● **What this task involves**: Nothing but the lines from the one with "v 16.116 -6.794 12.7" down to the one with "v 3.382 -14.267 6.35" should be returned, exactly and with both ends included, from the material below.

● **The data**:
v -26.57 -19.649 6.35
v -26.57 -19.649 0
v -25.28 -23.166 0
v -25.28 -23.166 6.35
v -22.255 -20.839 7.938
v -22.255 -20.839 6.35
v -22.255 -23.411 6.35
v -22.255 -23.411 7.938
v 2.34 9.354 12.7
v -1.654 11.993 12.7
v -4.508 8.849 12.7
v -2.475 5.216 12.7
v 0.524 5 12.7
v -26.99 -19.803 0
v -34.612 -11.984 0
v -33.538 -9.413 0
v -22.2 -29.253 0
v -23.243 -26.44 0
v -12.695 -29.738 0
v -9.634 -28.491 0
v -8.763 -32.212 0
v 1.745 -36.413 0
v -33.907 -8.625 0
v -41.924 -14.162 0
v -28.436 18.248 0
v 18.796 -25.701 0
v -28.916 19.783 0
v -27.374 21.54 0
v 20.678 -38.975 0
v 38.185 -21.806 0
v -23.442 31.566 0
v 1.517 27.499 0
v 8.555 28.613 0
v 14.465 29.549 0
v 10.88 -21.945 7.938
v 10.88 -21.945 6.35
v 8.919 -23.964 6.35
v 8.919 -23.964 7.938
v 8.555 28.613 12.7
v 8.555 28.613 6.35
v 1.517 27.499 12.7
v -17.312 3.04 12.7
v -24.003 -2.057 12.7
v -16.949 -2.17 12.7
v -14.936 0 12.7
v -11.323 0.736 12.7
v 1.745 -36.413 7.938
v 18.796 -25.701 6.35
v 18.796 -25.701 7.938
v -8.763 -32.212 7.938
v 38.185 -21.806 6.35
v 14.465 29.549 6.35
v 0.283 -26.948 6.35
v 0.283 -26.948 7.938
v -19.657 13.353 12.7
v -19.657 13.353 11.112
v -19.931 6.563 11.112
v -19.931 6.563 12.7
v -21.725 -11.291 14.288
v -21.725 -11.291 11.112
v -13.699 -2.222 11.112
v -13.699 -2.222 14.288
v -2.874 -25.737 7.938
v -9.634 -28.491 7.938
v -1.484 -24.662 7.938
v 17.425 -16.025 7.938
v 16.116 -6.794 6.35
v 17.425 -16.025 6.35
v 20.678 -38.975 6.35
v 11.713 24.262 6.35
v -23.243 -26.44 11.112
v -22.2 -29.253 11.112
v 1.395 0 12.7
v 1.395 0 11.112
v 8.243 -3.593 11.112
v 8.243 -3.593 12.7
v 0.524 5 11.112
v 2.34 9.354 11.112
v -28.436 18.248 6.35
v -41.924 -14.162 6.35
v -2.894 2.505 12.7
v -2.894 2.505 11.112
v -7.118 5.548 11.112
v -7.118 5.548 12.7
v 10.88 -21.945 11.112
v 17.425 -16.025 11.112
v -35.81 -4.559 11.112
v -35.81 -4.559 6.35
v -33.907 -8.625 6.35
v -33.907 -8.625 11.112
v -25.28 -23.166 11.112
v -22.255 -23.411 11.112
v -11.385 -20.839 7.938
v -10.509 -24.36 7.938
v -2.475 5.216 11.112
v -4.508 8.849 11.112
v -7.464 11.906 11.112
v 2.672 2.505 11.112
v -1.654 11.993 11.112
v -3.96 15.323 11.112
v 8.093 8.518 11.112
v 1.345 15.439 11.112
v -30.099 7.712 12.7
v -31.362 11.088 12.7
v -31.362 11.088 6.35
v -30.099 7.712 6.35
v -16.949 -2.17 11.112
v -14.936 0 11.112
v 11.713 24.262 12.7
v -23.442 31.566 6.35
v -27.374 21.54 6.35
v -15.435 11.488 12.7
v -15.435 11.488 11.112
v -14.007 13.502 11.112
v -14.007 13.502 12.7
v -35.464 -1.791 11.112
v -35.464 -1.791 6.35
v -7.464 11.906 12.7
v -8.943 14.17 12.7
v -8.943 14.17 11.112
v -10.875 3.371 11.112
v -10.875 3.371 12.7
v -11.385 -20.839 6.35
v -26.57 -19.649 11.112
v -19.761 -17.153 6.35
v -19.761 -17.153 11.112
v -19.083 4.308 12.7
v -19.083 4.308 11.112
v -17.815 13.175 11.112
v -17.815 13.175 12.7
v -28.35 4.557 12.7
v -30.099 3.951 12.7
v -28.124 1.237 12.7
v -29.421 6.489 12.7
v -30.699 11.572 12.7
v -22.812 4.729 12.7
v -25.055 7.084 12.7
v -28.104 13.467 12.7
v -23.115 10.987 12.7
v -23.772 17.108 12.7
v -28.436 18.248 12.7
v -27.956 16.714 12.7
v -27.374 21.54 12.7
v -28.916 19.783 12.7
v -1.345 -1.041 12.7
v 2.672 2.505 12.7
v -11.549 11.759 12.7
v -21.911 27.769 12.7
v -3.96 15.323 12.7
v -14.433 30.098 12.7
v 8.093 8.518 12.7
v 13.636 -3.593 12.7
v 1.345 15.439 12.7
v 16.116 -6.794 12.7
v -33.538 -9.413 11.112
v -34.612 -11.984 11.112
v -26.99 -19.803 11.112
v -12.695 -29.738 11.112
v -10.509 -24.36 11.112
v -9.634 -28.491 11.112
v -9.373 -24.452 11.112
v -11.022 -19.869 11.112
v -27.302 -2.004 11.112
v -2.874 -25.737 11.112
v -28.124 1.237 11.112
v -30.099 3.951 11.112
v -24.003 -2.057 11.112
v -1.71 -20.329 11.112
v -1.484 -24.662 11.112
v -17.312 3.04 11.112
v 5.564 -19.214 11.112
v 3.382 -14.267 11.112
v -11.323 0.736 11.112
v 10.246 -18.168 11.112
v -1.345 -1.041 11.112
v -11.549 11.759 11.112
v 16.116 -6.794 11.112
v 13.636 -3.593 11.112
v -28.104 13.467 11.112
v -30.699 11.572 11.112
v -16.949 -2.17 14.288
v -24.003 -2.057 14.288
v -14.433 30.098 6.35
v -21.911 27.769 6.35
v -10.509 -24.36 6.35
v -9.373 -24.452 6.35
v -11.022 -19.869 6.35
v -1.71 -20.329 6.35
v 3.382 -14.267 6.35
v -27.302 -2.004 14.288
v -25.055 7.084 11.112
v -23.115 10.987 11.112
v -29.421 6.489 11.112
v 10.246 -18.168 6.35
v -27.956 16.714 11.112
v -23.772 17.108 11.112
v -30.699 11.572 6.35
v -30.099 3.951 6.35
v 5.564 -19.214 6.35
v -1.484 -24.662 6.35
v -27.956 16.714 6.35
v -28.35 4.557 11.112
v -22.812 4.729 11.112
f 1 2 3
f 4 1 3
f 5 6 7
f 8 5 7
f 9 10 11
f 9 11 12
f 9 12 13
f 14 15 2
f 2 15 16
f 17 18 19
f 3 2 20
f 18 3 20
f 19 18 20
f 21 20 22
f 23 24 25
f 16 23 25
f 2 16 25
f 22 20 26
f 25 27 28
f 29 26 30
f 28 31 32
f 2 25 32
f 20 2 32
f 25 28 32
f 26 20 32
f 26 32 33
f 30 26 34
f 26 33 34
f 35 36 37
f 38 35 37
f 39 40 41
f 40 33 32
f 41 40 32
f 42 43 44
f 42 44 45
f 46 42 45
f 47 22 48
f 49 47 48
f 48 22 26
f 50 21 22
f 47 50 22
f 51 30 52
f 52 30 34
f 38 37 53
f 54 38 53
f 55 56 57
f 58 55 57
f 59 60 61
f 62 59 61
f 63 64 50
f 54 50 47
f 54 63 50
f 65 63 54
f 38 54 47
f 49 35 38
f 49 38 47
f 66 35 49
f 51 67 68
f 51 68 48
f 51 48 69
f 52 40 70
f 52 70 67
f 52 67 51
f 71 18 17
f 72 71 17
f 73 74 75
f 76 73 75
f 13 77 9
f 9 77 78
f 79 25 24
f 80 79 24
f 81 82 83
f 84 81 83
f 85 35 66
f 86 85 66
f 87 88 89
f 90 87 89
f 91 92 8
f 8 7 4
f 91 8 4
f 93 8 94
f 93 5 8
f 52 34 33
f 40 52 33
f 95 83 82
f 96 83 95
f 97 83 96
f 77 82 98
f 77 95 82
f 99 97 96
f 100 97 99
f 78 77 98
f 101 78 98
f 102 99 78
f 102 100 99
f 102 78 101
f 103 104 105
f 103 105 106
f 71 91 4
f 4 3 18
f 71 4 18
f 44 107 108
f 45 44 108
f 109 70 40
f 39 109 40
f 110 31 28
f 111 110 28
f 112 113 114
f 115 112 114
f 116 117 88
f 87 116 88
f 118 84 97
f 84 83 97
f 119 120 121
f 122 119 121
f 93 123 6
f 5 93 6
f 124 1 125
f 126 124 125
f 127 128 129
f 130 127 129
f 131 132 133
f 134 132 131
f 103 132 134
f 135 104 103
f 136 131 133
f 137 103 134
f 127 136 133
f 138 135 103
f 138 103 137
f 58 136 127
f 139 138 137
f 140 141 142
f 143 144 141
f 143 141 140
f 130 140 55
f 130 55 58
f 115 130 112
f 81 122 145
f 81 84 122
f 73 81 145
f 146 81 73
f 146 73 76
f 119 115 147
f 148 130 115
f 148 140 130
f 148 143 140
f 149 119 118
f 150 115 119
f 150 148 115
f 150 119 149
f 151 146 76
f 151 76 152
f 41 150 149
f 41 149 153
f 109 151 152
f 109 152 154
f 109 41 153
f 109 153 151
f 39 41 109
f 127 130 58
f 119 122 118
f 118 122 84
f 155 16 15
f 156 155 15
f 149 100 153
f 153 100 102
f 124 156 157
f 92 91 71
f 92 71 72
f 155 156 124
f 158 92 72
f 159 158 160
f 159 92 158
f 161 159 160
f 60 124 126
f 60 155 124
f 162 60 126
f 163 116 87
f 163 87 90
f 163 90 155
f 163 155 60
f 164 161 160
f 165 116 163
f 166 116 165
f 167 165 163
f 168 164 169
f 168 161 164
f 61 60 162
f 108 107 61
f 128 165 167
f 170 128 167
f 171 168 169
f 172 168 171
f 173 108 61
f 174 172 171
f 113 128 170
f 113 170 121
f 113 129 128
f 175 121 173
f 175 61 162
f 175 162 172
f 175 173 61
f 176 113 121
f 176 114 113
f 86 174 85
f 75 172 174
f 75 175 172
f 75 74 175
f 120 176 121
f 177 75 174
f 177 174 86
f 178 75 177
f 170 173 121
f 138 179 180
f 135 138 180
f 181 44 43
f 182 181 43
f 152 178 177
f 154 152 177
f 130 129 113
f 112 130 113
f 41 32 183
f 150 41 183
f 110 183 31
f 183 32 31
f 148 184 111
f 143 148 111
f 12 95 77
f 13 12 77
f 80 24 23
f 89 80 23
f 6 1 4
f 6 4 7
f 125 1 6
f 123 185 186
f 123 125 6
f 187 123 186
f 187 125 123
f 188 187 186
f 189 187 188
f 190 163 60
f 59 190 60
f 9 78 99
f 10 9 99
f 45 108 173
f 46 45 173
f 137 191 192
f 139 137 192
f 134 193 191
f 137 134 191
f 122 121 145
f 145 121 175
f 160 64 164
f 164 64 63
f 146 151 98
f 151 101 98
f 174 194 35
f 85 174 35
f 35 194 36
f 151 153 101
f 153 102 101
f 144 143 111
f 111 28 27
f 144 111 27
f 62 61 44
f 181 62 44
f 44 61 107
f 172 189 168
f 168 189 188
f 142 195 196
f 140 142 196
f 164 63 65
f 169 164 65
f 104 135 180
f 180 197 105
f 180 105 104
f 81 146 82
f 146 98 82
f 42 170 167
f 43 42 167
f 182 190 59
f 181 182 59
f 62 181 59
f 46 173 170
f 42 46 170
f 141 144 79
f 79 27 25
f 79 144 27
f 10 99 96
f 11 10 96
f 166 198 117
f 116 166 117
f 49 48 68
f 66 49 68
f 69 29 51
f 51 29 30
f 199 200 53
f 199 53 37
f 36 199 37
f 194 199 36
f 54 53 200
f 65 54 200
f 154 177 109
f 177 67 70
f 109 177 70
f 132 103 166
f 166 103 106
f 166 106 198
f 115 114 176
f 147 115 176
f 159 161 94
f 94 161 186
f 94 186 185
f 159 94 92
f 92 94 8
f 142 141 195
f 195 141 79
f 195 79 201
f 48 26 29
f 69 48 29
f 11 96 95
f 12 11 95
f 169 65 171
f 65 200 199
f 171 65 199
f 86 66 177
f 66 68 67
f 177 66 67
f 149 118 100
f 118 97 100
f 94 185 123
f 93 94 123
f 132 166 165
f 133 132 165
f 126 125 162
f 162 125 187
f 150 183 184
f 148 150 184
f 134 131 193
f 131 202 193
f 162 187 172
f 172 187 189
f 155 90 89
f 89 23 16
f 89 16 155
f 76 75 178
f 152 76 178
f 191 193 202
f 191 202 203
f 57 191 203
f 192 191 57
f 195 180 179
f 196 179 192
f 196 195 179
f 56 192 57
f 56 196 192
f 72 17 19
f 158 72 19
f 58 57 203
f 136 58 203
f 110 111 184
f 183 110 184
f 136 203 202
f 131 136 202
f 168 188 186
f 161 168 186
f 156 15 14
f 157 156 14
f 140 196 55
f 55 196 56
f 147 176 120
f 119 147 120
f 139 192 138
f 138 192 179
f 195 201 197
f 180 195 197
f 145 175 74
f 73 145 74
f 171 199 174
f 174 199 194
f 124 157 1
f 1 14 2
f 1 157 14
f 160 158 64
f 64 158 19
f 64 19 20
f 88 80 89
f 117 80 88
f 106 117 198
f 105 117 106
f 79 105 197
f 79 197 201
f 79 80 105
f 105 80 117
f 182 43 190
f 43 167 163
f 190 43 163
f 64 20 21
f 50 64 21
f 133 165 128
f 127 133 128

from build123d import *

# Parameters (mm, degrees)
F1_DEPTH = 6.35
F2_DEPTH = 7.9375
F3_DEPTH = 9.525
F4_DEPTH = 11.1125
F5_DEPTH = 12.7
F6_DEPTH = 14.2875
F7_DEPTH = 1.5875
F8_DEPTH = 1.5875


with BuildPart() as f1:
    # F0 (on Top) → F1 (new body)
    with BuildSketch(Plane.XY):
        Polygon((-35.8103439212, -4.5593217947), (-33.9071340859, -8.6252652109), (-33.5384329894, -9.412943883), (-34.6120148897, -11.9838882238), (-26.9895140082, -19.8032855988), (-26.5695869222, -19.6492926364), (-19.7610929608, -17.1525254846), (-11.0217193142, -19.8685638607), (3.3818825614, -14.2671633512), (-1.7102999846, -20.329285413), (-9.3728229403, -24.4515277445), (-10.5090038238, -24.3597326853), (-22.254801242, -23.410758639), (-25.2798311412, -23.1663584709), (-23.24295789, -26.4399051666), (-22.2002733499, -29.25273031), (-12.6948654652, -29.7376997769), (-9.6338509958, -28.4906197353), (-2.8742274735, -25.7366988808), (-1.4843321561, -24.6623260829), (5.5642467923, -19.2138571292), (10.2457571775, -18.1676670909), (10.8801592141, -21.945245564), (17.4245349995, -16.0254287724), (16.1157045513, -6.7941471934), (13.6357676238, -3.5932986066), (8.2433465868, -3.5932986066), (1.394683728, 0), (-1.3447812526, -1.0412705597), (-10.875236243, 3.3707101829), (-8.9431926608, 14.169969596), (-11.5485337064, 11.7590313642), (-14.0071965859, 13.5024469656), (-15.4354972765, 11.4881768823), (-17.8145058453, 13.1751103327), (-19.0833117813, 4.3078940362), (-28.1235463917, 1.2368093012), (-30.0988443196, 3.9512561634), (-35.4643054307, -1.7910201568), align=None)
        Polygon((-13.6989112943, -2.2222886328), (-21.7251610011, -11.2912235782), (-27.302313596, -2.0040527452), (-24.003424822, -2.0569759701), (-17.311938107, 3.0396326911), (-11.3225607201, 0.7360266754), (-14.9355856702, 0), (-16.9485407512, -2.1701556624), align=None, mode=Mode.SUBTRACT)
        Polygon((-27.3744759216, 21.5401743719), (-28.9157517254, 19.7830181569), (-28.4356558695, 18.2484276593), (-27.9555600137, 16.7138371617), (-23.7718690187, 17.1082001179), (-19.6567643434, 13.3531671017), (-19.9311058968, 6.5632439218), (-22.8116791695, 4.7285929322), (-28.3499248326, 4.5571303926), (-29.4209925105, 6.4892523833), (-30.0988443196, 7.7120438218), (-30.0988443196, 3.9512561634), (-28.1235463917, 1.2368093012), (-19.0833117813, 4.3078940362), (-17.8145058453, 13.1751103327), (-15.4354972765, 11.4881768823), (-14.0071965859, 13.5024469656), (-11.5485337064, 11.7590313642), (-8.9431926608, 14.169969596), (-10.875236243, 3.3707101829), (-1.3447812526, -1.0412705597), (1.394683728, 0), (8.2433465868, -3.5932986066), (13.6357676238, -3.5932986066), (16.1157045513, -6.7941471934), (11.7125554425, 24.2616013296), (8.5552403661, 28.6131991288), (1.5173847093, 27.499334136), (-14.4329823518, 30.0980165206), (-21.9111200422, 27.7687609196), align=None)
        Polygon((-7.1180537343, 5.5476040579), (-7.4640917592, 11.9060464203), (-3.9604599588, 15.3231685981), (1.3454514556, 15.4385138303), (8.0931866542, 8.5177607834), (2.6719293091, 2.5053559802), (-2.8935102746, 2.5053559802), align=None, mode=Mode.SUBTRACT)
        Polygon((14.4653307977, 29.548575351), (8.5552403661, 28.6131991288), (11.7125554425, 24.2616013296), (16.1157045513, -6.7941471934), (17.4245349995, -16.0254287724), (18.7963797011, -25.7011547155), (20.6783857611, -38.9750878654), (38.1850010487, -21.8061160352), align=None)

● **Exercise output**:
v 16.116 -6.794 12.7
v -33.538 -9.413 11.112
v -34.612 -11.984 11.112
v -26.99 -19.803 11.112
v -12.695 -29.738 11.112
v -10.509 -24.36 11.112
v -9.634 -28.491 11.112
v -9.373 -24.452 11.112
v -11.022 -19.869 11.112
v -27.302 -2.004 11.112
v -2.874 -25.737 11.112
v -28.124 1.237 11.112
v -30.099 3.951 11.112
v -24.003 -2.057 11.112
v -1.71 -20.329 11.112
v -1.484 -24.662 11.112
v -17.312 3.04 11.112
v 5.564 -19.214 11.112
v 3.382 -14.267 11.112
v -11.323 0.736 11.112
v 10.246 -18.168 11.112
v -1.345 -1.041 11.112
v -11.549 11.759 11.112
v 16.116 -6.794 11.112
v 13.636 -3.593 11.112
v -28.104 13.467 11.112
v -30.699 11.572 11.112
v -16.949 -2.17 14.288
v -24.003 -2.057 14.288
v -14.433 30.098 6.35
v -21.911 27.769 6.35
v -10.509 -24.36 6.35
v -9.373 -24.452 6.35
v -11.022 -19.869 6.35
v -1.71 -20.329 6.35
v 3.382 -14.267 6.35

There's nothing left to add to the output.